ABORTO
Enquanto os argumentos de ordem éticas e de crenças disputam na arena da razão ou da fé, as mulheres, com ou sem o consentimento do homem que a engravidou, que deveria ser conduzido coercitivamente na mesa da conversa, pois geralmente se esquiva, continuam e continuarão a praticar aborto. No Brasil, em que o aborto é proibido, salvo em três situação, má formação do feto por anencefalia, perigo de morte da gestante e estupro, os dados extraoficiais dão conta que mais de 1 milhão de abortos clandestinos acontecem a cada ano. E mais de 1.200 mulheres morrem, anualmente, devido a complicações resultantes de abortos clandestinos. A criminalização, apesar de nenhuma mulher e nenhum homem que a engravidou, e praticou aborto, estejam presos, como prevê o código penal brasileira, não tem sido uma boa solução. Há algo de errado quando a lei não é praticada e aplicada. Pode ser que a lei, nesse caso, esteja equivocada.
O fato da prática do aborto clandestino não recuar e do constante perigo da morte da gestante, devido as precárias condições técnicas a que se submetem para praticar o aborto, tem colocado uma interrogação de dupla ordem na agenda do debate em torno do aborto. Uma é a ordem da legalidade e outra é a ordem da eticidade.
Na ordem da legalidade discute-se o porquê não descriminalizar a prática para evitar, pelo menos, a violência contra a mulher, sobretudo das pobres, já que as ricas praticam aborto em clínicas especializadas com todas as condições que a medicina pode oferecer? E mais. Argumenta-se que se o aborto fosse legal, o número de abortos cairia devido a educação e a campanhas permanente de planejamento familiar e educação sexual. São posições respeitáveis...
Mas, o nó górdio do debate está na ordem ética. E nesse âmbito três parecem ser as posições principais.
A primeira e mais forte das posições é a conservadora. O argumento conservador é muito simples. Ele nega absolutamente o aborto e ponto. E, segundo a recente investida de representante dessa posição no congresso, até mesmo em caso de estupro, perigo de morte da gestante e má formação fetal. Os conservadores são dogmáticos e não aceitam exceções. Essa rigidez moralista tem algo de irracional, farisaico e movida por interesses inconscientes insustentável à luz da razão e da fé adulta. Uma posição dogmática e principialista, sem contexto, não consegue lidar com o real e paradoxal que exige decidir entre interesses conflitantes de vida, como é o caso do estupro, ou perigo de morte da gestante. Não é razoável ficar com o princípio e rir da realidade das mulheres envolvidas no drama.

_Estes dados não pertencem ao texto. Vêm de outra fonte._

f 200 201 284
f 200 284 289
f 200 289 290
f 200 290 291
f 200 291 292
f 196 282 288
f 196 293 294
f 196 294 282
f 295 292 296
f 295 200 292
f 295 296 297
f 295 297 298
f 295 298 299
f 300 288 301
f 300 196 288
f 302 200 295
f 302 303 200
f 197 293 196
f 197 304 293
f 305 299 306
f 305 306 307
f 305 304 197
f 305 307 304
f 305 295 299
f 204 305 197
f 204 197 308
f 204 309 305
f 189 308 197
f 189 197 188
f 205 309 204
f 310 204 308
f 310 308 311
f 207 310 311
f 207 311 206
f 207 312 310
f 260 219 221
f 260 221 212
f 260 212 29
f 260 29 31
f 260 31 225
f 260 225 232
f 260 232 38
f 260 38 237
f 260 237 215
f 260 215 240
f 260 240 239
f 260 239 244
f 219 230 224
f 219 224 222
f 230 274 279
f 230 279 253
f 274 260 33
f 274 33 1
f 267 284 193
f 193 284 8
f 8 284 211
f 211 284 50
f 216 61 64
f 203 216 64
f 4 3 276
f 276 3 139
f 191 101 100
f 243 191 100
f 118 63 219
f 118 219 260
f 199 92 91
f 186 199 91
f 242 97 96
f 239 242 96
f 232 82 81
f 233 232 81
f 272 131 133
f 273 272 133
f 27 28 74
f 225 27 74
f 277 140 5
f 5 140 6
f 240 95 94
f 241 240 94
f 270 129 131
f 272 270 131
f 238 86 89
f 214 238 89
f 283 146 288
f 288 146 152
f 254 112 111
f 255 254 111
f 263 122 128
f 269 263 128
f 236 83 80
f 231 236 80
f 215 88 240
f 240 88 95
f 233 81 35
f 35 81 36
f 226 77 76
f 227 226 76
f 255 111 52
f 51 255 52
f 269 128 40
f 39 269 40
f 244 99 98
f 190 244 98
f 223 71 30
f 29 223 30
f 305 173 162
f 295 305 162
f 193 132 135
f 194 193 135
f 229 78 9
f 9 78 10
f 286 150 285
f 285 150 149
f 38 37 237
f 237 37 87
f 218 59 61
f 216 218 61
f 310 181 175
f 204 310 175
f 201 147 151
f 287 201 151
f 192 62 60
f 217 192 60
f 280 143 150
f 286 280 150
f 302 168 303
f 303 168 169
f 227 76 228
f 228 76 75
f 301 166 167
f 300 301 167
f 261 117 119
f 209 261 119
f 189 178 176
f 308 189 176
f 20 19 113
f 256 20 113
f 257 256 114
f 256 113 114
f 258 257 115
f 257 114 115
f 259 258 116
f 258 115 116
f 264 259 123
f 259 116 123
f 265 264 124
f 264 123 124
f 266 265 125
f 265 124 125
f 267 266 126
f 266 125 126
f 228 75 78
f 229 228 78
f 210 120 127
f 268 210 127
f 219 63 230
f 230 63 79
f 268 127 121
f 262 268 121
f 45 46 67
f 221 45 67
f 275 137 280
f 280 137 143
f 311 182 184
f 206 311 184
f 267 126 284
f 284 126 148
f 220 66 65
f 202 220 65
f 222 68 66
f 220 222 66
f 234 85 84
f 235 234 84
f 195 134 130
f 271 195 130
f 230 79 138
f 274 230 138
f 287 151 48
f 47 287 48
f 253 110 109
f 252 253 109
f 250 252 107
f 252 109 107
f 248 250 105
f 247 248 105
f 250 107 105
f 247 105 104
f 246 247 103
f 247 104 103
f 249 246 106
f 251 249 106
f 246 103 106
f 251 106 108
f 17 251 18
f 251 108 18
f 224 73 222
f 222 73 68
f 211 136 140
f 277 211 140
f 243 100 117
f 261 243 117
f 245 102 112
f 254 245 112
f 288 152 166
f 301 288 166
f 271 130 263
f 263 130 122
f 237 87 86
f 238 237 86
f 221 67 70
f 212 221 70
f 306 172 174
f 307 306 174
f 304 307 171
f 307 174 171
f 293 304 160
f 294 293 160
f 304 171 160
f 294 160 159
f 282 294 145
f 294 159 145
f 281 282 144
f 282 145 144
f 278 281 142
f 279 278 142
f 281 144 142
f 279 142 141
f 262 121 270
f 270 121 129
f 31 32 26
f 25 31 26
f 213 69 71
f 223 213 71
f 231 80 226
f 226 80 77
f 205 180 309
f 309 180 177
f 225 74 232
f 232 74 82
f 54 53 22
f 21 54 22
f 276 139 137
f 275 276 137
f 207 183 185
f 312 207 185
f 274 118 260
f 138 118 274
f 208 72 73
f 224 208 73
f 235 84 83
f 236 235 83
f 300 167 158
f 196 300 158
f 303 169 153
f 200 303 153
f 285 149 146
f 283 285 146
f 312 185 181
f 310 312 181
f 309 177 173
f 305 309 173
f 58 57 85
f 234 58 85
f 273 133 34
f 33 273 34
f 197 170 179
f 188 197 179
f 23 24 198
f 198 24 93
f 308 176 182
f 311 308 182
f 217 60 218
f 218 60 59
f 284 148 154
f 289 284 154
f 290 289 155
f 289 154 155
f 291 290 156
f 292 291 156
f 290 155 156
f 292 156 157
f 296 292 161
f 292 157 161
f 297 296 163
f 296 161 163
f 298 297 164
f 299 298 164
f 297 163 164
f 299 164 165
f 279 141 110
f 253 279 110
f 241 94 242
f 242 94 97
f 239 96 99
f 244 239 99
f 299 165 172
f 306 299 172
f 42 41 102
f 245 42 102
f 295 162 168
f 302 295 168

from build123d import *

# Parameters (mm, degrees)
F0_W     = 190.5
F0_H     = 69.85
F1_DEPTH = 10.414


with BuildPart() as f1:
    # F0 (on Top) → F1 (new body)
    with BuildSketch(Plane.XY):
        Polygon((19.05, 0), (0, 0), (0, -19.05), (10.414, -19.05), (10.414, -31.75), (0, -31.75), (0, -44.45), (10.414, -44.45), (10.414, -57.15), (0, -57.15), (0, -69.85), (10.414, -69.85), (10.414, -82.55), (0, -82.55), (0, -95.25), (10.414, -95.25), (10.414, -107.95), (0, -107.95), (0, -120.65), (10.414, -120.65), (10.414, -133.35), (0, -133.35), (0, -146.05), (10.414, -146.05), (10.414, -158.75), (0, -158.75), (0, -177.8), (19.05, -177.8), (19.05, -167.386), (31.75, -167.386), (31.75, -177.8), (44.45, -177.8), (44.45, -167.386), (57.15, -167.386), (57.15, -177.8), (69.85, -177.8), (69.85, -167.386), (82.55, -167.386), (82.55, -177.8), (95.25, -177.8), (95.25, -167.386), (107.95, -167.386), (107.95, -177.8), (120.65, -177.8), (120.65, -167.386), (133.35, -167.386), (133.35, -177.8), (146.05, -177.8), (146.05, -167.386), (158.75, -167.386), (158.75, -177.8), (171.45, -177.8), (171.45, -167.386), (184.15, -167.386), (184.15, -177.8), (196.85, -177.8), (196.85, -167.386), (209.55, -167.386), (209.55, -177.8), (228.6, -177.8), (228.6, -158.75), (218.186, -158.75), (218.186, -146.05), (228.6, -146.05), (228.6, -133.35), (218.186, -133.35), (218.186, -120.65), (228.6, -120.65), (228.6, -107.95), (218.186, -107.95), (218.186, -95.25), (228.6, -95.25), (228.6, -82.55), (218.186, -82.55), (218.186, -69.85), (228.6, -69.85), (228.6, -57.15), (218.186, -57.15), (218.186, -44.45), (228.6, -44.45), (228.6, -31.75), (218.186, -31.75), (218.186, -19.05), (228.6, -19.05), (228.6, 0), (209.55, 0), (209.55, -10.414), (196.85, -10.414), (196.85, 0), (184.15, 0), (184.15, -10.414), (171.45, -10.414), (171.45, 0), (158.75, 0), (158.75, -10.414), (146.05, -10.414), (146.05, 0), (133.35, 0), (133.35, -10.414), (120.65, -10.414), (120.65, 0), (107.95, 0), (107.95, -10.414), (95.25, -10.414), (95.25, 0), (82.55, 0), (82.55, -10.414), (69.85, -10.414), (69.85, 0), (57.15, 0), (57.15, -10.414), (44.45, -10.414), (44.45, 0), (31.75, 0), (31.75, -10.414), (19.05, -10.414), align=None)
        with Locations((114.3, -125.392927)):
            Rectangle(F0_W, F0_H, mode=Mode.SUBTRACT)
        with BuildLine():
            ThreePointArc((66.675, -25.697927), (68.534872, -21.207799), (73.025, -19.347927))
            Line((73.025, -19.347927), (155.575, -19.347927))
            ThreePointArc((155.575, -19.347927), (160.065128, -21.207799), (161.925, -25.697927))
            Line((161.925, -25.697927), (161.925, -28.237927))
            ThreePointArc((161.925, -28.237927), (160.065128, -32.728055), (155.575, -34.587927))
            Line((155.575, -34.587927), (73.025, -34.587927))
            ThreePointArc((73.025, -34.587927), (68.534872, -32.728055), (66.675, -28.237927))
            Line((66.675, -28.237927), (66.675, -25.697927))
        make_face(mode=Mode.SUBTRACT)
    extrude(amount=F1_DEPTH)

A segunda posição de ordem ética é a feminista. Aqui também a posição é simples. As feministas, pelo menos uma parte delas, defendem que a mulher tem direito sobre o próprio corpo e, portanto, ela é quem deve estabelecer as regras, isto é, ela é que deve decidir se deseja levar uma gravidez até o fim ou não. O calcanhar de Aquiles dessa posição teórica é que parece ser insustentável a ideia de que o “egoísmo ético” seja uma posição suficiente para lidar com o complexo mundo da vida. Sim, o “egoísmo ético” é o que fundamenta a posição das feministas, nesse caso. Será mesmo que o meu corpo me pertence? Sim e não. Eu posso simplesmente decidir vender um rim? Não estou dizendo doar para quem precisa. Estou dizendo vender. Eu posso vender um rim? Não posso. Mas se o corpo me pertence, então deveria poder, não? No caso do feto há um complicador, pois ele não é propriamente uma parte do corpo...
A terceira posição é a utilitarista. O utilitarismo ético diz que o bom é o que causa bem-estar, prazer, felicidade e o mal é o que causa dor, sofrimento e mal-estar. Ora, no caso do aborto é preciso ponderar, dizem os utilitaristas, para qual lado da balança está o peso maior e menor do bem. Não há valores absolutos e o que importa são os resultados. Se o resultado e a consequência for bom para o interesse da mulher e não for mau para o interessa do feto, então, legitimado está o aborto. Nesse caso não pode haver sofrimento e mal-estar para o feto, e por isso a prática do aborto dever ser feita até a décima segunda semana, período em que não há ainda formação cerebral no feto, e portanto, sem senciência. O calcanhar de Aquiles dessa posição ética é de que enfraquece o conceito de direito à vida, banalizando o mal, mesmo que sob o argumento sedutor e razoável do “mal menor”.